DATA FOR ANALYSIS
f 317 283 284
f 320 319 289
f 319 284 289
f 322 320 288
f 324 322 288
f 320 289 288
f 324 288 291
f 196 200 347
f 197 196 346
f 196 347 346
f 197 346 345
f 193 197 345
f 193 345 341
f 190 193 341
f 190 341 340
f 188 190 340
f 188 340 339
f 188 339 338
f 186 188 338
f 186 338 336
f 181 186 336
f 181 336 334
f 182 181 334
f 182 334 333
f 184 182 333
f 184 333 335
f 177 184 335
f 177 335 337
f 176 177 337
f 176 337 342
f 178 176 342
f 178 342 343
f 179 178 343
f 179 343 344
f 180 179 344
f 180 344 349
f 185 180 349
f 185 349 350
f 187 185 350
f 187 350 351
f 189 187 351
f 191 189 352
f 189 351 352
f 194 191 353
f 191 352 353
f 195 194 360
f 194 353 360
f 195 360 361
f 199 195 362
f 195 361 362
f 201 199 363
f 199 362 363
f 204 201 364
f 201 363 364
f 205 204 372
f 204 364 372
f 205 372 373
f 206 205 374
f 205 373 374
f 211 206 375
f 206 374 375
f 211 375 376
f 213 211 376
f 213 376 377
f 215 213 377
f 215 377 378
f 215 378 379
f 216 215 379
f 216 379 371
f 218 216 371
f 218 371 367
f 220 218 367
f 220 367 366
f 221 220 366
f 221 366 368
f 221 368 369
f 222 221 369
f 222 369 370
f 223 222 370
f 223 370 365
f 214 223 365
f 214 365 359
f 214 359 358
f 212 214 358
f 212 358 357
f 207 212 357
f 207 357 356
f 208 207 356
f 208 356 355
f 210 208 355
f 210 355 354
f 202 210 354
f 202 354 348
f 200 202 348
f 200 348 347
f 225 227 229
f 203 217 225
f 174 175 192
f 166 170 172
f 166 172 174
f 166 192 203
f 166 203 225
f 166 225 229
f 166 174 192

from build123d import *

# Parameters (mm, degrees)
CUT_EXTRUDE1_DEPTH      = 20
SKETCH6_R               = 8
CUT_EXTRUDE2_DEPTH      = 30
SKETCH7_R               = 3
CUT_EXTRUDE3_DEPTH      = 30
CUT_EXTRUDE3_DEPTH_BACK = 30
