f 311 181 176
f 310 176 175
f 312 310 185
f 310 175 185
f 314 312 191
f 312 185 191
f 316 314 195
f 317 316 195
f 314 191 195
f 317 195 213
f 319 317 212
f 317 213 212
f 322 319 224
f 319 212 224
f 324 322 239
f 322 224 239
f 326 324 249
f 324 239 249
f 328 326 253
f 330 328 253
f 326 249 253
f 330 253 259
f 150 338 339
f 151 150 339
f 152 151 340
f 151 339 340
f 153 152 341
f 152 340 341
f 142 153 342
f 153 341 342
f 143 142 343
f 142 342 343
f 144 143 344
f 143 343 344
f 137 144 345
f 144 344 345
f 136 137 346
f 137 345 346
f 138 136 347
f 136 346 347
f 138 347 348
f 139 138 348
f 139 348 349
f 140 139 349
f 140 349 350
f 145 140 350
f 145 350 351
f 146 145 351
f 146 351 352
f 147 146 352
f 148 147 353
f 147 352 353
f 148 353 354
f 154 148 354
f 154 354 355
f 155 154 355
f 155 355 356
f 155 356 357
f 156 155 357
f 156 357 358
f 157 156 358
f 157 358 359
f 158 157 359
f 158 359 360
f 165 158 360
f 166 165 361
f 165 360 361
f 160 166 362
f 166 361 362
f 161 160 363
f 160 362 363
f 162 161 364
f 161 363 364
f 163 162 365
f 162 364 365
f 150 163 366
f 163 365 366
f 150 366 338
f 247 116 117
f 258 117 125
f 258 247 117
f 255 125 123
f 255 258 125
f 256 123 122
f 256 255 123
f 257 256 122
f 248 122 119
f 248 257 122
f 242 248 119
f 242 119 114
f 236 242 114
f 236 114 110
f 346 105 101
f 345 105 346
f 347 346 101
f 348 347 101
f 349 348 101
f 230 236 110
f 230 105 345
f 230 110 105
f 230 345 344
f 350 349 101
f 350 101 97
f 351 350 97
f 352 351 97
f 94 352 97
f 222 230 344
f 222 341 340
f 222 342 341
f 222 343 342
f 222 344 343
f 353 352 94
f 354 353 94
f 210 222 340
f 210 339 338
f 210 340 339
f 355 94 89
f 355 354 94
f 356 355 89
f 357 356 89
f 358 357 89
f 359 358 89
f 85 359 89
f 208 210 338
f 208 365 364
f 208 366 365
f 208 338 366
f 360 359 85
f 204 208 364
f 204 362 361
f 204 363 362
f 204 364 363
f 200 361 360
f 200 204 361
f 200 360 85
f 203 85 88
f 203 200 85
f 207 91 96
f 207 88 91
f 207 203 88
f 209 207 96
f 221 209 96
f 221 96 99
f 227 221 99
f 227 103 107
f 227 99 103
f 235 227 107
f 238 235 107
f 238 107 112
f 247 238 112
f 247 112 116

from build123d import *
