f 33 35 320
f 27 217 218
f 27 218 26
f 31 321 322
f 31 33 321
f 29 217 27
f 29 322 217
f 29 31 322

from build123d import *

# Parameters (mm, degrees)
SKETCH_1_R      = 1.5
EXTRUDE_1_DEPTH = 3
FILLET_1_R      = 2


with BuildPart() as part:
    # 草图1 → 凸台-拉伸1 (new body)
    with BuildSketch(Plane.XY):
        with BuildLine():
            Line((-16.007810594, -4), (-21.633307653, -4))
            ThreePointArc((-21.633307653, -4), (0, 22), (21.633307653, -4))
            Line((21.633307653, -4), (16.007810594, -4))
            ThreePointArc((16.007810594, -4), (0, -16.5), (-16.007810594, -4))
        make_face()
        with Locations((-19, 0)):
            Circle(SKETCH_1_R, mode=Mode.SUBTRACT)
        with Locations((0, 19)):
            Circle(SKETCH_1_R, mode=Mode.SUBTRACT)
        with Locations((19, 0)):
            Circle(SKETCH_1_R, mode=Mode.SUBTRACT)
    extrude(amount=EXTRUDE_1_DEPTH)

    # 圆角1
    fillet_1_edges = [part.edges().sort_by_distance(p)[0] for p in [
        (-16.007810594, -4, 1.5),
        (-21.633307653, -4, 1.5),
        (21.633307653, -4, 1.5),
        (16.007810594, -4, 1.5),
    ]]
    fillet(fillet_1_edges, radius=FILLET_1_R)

WHAT YOU HAVE TO DO
Take the entries above and copy them out exactly.

REPLY TO THE TASK
f 317 283 284
f 320 319 289
f 319 284 289
f 322 320 288
f 324 322 288
f 320 289 288
f 324 288 291
f 196 200 347
f 197 196 346
f 196 347 346
f 197 346 345
f 193 197 345
f 193 345 341
f 190 193 341
f 190 341 340
f 188 190 340
f 188 340 339
f 188 339 338
f 186 188 338
f 186 338 336
f 181 186 336
f 181 336 334
f 182 181 334
f 182 334 333
f 184 182 333
f 184 333 335
f 177 184 335
f 177 335 337
f 176 177 337
f 176 337 342
f 178 176 342
f 178 342 343
f 179 178 343
f 179 343 344
f 180 179 344
f 180 344 349
f 185 180 349
f 185 349 350
f 187 185 350
f 187 350 351
f 189 187 351
f 191 189 352
f 189 351 352
f 194 191 353
f 191 352 353
f 195 194 360
f 194 353 360
f 195 360 361
f 199 195 362
f 195 361 362
f 201 199 363
f 199 362 363
f 204 201 364
f 201 363 364
f 205 204 372
f 204 364 372
f 205 372 373
f 206 205 374
f 205 373 374
f 211 206 375
f 206 374 375
f 211 375 376
f 213 211 376
f 213 376 377
f 215 213 377
f 215 377 378
f 215 378 379
f 216 215 379
f 216 379 371
f 218 216 371
f 218 371 367
f 220 218 367
f 220 367 366
f 221 220 366
f 221 366 368
f 221 368 369
f 222 221 369
f 222 369 370
f 223 222 370
f 223 370 365
f 214 223 365
f 214 365 359
f 214 359 358
f 212 214 358
f 212 358 357
f 207 212 357
f 207 357 356
f 208 207 356
f 208 356 355
f 210 208 355
f 210 355 354
f 202 210 354
f 202 354 348
f 200 202 348
f 200 348 347
f 225 227 229
f 203 217 225
f 174 175 192
f 166 170 172
f 166 172 174
f 166 192 203
f 166 203 225
f 166 225 229
f 166 174 192

from build123d import *

# Parameters (mm, degrees)
CUT_EXTRUDE1_DEPTH      = 20
SKETCH6_R               = 8
CUT_EXTRUDE2_DEPTH      = 30
SKETCH7_R               = 3
CUT_EXTRUDE3_DEPTH      = 30
CUT_EXTRUDE3_DEPTH_BACK = 30
f 311 181 176
f 310 176 175
f 312 310 185
f 310 175 185
f 314 312 191
f 312 185 191
f 316 314 195
f 317 316 195
f 314 191 195
f 317 195 213
f 319 317 212
f 317 213 212
f 322 319 224
f 319 212 224
f 324 322 239
f 322 224 239
f 326 324 249
f 324 239 249
f 328 326 253
f 330 328 253
f 326 249 253
f 330 253 259
f 150 338 339
f 151 150 339
f 152 151 340
f 151 339 340
f 153 152 341
f 152 340 341
f 142 153 342
f 153 341 342
f 143 142 343
f 142 342 343
f 144 143 344
f 143 343 344
f 137 144 345
f 144 344 345
f 136 137 346
f 137 345 346
f 138 136 347
f 136 346 347
f 138 347 348
f 139 138 348
f 139 348 349
f 140 139 349
f 140 349 350
f 145 140 350
f 145 350 351
f 146 145 351
f 146 351 352
f 147 146 352
f 148 147 353
f 147 352 353
f 148 353 354
f 154 148 354
f 154 354 355
f 155 154 355
f 155 355 356
f 155 356 357
f 156 155 357
f 156 357 358
f 157 156 358
f 157 358 359
f 158 157 359
f 158 359 360
f 165 158 360
f 166 165 361
f 165 360 361
f 160 166 362
f 166 361 362
f 161 160 363
f 160 362 363
f 162 161 364
f 161 363 364
f 163 162 365
f 162 364 365
f 150 163 366
f 163 365 366
f 150 366 338
f 247 116 117
f 258 117 125
f 258 247 117
f 255 125 123
f 255 258 125
f 256 123 122
f 256 255 123
f 257 256 122
f 248 122 119
f 248 257 122
f 242 248 119
f 242 119 114
f 236 242 114
f 236 114 110
f 346 105 101
f 345 105 346
f 347 346 101
f 348 347 101
f 349 348 101
f 230 236 110
f 230 105 345
f 230 110 105
f 230 345 344
f 350 349 101
f 350 101 97
f 351 350 97
f 352 351 97
f 94 352 97
f 222 230 344
f 222 341 340
f 222 342 341
f 222 343 342
f 222 344 343
f 353 352 94
f 354 353 94
f 210 222 340
f 210 339 338
f 210 340 339
f 355 94 89
f 355 354 94
f 356 355 89
f 357 356 89
f 358 357 89
f 359 358 89
f 85 359 89
f 208 210 338
f 208 365 364
f 208 366 365
f 208 338 366
f 360 359 85
f 204 208 364
f 204 362 361
f 204 363 362
f 204 364 363
f 200 361 360
f 200 204 361
f 200 360 85
f 203 85 88
f 203 200 85
f 207 91 96
f 207 88 91
f 207 203 88
f 209 207 96
f 221 209 96
f 221 96 99
f 227 221 99
f 227 103 107
f 227 99 103
f 235 227 107
f 238 235 107
f 238 107 112
f 247 238 112
f 247 112 116

from build123d import *
f 33 35 320
f 27 217 218
f 27 218 26
f 31 321 322
f 31 33 321
f 29 217 27
f 29 322 217
f 29 31 322

from build123d import *

# Parameters (mm, degrees)
SKETCH_1_R      = 1.5
EXTRUDE_1_DEPTH = 3
FILLET_1_R      = 2


with BuildPart() as part:
    # 草图1 → 凸台-拉伸1 (new body)
    with BuildSketch(Plane.XY):
        with BuildLine():
            Line((-16.007810594, -4), (-21.633307653, -4))
            ThreePointArc((-21.633307653, -4), (0, 22), (21.633307653, -4))
            Line((21.633307653, -4), (16.007810594, -4))
            ThreePointArc((16.007810594, -4), (0, -16.5), (-16.007810594, -4))
        make_face()
        with Locations((-19, 0)):
            Circle(SKETCH_1_R, mode=Mode.SUBTRACT)
        with Locations((0, 19)):
            Circle(SKETCH_1_R, mode=Mode.SUBTRACT)
        with Locations((19, 0)):
            Circle(SKETCH_1_R, mode=Mode.SUBTRACT)
    extrude(amount=EXTRUDE_1_DEPTH)

    # 圆角1
    fillet_1_edges = [part.edges().sort_by_distance(p)[0] for p in [
        (-16.007810594, -4, 1.5),
        (-21.633307653, -4, 1.5),
        (21.633307653, -4, 1.5),
        (16.007810594, -4, 1.5),
    ]]
    fillet(fillet_1_edges, radius=FILLET_1_R)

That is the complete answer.